## EXERCISE AIM
Only one stretch of the data below is wanted: the lines from the one with "#113=VECTOR('',#62,1.);" through the one with "#127=EDGE_CURVE('',#123,#123,#126,.T.);", repeated exactly.

Stored items
>>

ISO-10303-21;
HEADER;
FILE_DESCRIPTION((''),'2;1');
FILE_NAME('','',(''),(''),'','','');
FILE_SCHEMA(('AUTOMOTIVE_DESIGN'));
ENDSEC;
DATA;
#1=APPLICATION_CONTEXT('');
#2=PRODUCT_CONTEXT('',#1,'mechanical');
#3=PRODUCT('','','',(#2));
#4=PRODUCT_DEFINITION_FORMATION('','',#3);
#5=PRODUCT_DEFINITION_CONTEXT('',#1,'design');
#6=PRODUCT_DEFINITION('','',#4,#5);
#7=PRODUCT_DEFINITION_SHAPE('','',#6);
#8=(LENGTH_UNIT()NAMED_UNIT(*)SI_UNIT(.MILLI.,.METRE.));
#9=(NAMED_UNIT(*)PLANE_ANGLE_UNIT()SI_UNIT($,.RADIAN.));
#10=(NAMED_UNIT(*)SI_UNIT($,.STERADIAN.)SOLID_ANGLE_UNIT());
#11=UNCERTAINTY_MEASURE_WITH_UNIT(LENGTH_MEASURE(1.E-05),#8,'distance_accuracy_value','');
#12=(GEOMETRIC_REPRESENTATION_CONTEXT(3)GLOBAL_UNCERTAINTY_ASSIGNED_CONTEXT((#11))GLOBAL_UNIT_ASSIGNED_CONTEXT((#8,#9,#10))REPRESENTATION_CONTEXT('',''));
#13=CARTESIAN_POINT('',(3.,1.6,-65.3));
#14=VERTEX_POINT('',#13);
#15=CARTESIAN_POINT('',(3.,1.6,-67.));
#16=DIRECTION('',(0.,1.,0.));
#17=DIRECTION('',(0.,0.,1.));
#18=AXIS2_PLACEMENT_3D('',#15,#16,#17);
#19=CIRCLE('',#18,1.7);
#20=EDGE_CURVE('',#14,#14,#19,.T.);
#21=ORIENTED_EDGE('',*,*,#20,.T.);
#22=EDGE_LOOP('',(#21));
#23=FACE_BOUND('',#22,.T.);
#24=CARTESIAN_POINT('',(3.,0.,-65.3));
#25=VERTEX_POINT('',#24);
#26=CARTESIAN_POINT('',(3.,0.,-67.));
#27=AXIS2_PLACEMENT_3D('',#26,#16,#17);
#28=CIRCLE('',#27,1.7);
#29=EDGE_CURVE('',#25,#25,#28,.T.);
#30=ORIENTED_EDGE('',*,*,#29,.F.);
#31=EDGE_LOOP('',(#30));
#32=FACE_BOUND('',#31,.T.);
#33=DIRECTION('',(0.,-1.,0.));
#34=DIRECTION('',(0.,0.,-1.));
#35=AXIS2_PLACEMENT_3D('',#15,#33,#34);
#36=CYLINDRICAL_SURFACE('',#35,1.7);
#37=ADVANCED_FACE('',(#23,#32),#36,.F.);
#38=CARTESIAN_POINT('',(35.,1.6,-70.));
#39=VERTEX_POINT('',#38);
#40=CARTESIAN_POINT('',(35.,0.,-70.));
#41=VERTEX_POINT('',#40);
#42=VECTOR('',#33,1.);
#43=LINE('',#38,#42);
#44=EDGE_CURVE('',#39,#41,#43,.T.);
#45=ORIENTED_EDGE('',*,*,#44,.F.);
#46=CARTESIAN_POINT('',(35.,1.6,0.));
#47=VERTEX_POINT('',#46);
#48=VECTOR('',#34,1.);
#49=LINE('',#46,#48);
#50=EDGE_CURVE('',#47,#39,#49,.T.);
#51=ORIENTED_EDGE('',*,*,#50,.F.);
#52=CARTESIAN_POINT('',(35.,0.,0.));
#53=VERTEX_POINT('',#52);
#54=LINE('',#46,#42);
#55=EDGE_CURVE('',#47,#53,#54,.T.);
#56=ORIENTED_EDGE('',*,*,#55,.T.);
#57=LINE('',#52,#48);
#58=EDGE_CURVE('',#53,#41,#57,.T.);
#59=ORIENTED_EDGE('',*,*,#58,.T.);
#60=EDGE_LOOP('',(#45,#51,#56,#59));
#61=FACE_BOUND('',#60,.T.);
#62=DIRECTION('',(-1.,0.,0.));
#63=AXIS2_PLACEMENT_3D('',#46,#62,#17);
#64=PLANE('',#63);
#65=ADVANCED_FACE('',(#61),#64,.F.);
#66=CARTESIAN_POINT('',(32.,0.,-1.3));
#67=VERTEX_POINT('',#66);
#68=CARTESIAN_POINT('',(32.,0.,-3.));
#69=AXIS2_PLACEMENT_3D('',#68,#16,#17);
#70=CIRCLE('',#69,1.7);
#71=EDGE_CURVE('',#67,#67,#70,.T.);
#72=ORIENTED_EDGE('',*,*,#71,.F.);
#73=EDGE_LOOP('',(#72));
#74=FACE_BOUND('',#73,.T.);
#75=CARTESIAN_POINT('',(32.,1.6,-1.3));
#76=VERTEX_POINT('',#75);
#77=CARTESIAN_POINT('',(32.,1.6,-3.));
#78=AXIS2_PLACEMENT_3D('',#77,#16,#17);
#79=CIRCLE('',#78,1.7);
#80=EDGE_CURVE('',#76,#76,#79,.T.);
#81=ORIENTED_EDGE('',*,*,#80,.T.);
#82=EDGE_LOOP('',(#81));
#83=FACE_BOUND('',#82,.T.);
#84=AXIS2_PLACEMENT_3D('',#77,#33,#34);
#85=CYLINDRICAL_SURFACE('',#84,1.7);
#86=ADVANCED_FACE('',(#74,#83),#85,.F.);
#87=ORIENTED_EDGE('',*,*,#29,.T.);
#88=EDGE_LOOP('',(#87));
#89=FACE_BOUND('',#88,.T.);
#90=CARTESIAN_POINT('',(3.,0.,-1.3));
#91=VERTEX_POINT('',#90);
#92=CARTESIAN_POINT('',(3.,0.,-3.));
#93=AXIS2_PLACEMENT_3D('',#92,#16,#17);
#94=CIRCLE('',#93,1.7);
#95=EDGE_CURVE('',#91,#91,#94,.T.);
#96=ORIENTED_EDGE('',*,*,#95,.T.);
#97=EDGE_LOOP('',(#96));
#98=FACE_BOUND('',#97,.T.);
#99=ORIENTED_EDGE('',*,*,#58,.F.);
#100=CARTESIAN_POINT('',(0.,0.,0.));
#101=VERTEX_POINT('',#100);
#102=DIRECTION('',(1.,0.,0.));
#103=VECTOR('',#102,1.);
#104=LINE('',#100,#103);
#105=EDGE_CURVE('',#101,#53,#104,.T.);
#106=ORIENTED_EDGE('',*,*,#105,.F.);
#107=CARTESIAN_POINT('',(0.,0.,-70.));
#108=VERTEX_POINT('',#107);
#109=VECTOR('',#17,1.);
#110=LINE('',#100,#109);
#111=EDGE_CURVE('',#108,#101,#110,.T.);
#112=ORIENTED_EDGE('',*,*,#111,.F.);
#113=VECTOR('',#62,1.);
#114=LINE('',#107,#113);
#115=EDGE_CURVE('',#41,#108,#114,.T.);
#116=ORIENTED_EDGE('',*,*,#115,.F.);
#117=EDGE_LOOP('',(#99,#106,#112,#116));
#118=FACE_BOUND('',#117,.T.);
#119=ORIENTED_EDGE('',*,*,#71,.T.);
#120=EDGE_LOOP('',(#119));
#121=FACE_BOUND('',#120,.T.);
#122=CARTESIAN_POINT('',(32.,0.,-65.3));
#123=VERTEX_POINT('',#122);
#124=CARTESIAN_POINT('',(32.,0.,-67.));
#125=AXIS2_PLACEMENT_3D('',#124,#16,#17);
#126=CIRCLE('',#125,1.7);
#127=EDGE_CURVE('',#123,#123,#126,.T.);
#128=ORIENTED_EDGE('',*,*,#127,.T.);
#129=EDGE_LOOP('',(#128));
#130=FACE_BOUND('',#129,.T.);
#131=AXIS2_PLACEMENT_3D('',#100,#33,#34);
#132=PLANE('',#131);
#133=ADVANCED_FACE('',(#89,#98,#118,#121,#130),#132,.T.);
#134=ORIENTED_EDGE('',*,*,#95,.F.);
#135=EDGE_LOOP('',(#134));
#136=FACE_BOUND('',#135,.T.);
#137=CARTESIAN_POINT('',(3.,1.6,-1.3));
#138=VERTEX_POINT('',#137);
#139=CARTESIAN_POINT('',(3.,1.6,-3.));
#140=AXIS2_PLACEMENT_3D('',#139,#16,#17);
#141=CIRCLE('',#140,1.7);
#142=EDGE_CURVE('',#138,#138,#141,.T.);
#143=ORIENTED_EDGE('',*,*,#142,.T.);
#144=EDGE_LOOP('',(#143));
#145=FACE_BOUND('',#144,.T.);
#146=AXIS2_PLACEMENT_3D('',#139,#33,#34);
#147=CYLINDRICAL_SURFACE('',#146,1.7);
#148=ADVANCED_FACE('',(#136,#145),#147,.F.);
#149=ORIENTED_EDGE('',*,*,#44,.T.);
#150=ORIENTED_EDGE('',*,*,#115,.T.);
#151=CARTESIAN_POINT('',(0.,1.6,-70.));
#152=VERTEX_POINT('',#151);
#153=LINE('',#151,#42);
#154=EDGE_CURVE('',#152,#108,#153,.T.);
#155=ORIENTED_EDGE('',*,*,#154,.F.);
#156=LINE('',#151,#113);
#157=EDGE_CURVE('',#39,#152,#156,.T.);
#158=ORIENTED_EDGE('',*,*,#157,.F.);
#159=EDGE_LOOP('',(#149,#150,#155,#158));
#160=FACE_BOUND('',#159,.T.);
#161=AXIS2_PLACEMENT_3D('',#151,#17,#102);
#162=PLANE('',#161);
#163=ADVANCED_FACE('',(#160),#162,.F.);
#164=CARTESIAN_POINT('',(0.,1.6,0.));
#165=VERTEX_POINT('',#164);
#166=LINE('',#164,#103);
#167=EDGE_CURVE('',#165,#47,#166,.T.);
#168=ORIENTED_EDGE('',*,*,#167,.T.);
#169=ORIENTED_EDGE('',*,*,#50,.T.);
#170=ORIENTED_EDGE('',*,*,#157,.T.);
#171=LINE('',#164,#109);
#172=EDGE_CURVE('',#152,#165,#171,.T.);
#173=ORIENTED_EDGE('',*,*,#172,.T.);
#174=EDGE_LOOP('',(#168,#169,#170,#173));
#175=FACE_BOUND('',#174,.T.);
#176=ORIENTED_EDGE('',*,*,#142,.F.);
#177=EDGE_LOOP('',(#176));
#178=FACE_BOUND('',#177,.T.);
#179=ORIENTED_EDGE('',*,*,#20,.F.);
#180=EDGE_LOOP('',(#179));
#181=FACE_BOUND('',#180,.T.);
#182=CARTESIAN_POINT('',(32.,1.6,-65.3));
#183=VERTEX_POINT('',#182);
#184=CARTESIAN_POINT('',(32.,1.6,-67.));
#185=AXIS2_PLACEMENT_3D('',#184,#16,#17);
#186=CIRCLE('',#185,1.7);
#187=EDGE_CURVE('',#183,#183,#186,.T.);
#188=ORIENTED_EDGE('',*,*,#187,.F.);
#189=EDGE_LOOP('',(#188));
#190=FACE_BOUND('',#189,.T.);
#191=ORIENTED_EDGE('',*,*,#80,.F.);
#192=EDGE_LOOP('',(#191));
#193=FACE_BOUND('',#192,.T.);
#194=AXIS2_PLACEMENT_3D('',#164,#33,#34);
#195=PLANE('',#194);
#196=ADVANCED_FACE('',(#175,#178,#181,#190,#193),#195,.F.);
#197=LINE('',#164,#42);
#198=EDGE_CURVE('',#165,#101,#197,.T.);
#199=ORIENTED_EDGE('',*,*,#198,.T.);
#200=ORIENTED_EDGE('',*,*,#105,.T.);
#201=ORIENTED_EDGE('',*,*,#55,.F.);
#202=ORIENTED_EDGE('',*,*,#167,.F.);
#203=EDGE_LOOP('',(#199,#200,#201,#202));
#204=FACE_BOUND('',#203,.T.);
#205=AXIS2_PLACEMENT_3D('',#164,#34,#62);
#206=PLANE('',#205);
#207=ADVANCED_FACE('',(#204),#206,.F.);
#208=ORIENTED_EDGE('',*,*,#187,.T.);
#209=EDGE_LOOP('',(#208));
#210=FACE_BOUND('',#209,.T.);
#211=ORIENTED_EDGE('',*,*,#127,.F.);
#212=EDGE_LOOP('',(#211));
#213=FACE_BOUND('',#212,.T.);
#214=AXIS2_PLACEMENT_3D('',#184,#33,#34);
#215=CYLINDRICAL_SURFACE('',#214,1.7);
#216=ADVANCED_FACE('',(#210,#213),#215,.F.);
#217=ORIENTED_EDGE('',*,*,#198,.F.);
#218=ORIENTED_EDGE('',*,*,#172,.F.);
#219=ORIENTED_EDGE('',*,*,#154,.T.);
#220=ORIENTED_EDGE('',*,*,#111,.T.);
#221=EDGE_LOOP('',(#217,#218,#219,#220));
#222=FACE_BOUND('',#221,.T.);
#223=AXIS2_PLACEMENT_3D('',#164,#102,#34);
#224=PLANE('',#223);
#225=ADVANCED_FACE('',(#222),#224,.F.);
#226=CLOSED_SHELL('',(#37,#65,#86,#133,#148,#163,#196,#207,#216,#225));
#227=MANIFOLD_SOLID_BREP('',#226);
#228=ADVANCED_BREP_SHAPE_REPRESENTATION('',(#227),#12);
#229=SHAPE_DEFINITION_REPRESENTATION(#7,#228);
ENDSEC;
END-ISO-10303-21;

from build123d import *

# Parameters (mm, degrees)
SKETCH1_W           = 35
SKETCH1_H           = 70
SKETCH1_R           = 1.7
BOSS_EXTRUDE1_DEPTH = 1.6


with BuildPart() as part:
    # Sketch1 → Boss-Extrude1 (new body)
    with BuildSketch(Plane(origin=(0, 0, 0), x_dir=(1, 0, 0), z_dir=(0, 1, 0))):
        with Locations((17.5, 35)):
            Rectangle(SKETCH1_W, SKETCH1_H)
        with Locations(Location((3, 3, 0), (0, 0, 270))):
            Circle(SKETCH1_R, mode=Mode.SUBTRACT)
        with Locations(Location((32, 3, 0), (0, 0, 270))):
            Circle(SKETCH1_R, mode=Mode.SUBTRACT)
        with Locations(Location((3, 67, 0), (0, 0, 270))):
            Circle(SKETCH1_R, mode=Mode.SUBTRACT)
        with Locations(Location((32, 67, 0), (0, 0, 270))):
            Circle(SKETCH1_R, mode=Mode.SUBTRACT)
    extrude(amount=BOSS_EXTRUDE1_DEPTH)


solid = part.part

<<

## THE COMPLETED TASK
#113=VECTOR('',#62,1.);
#114=LINE('',#107,#113);
#115=EDGE_CURVE('',#41,#108,#114,.T.);
#116=ORIENTED_EDGE('',*,*,#115,.F.);
#117=EDGE_LOOP('',(#99,#106,#112,#116));
#118=FACE_BOUND('',#117,.T.);
#119=ORIENTED_EDGE('',*,*,#71,.T.);
#120=EDGE_LOOP('',(#119));
#121=FACE_BOUND('',#120,.T.);
#122=CARTESIAN_POINT('',(32.,0.,-65.3));
#123=VERTEX_POINT('',#122);
#124=CARTESIAN_POINT('',(32.,0.,-67.));
#125=AXIS2_PLACEMENT_3D('',#124,#16,#17);
#126=CIRCLE('',#125,1.7);
#127=EDGE_CURVE('',#123,#123,#126,.T.);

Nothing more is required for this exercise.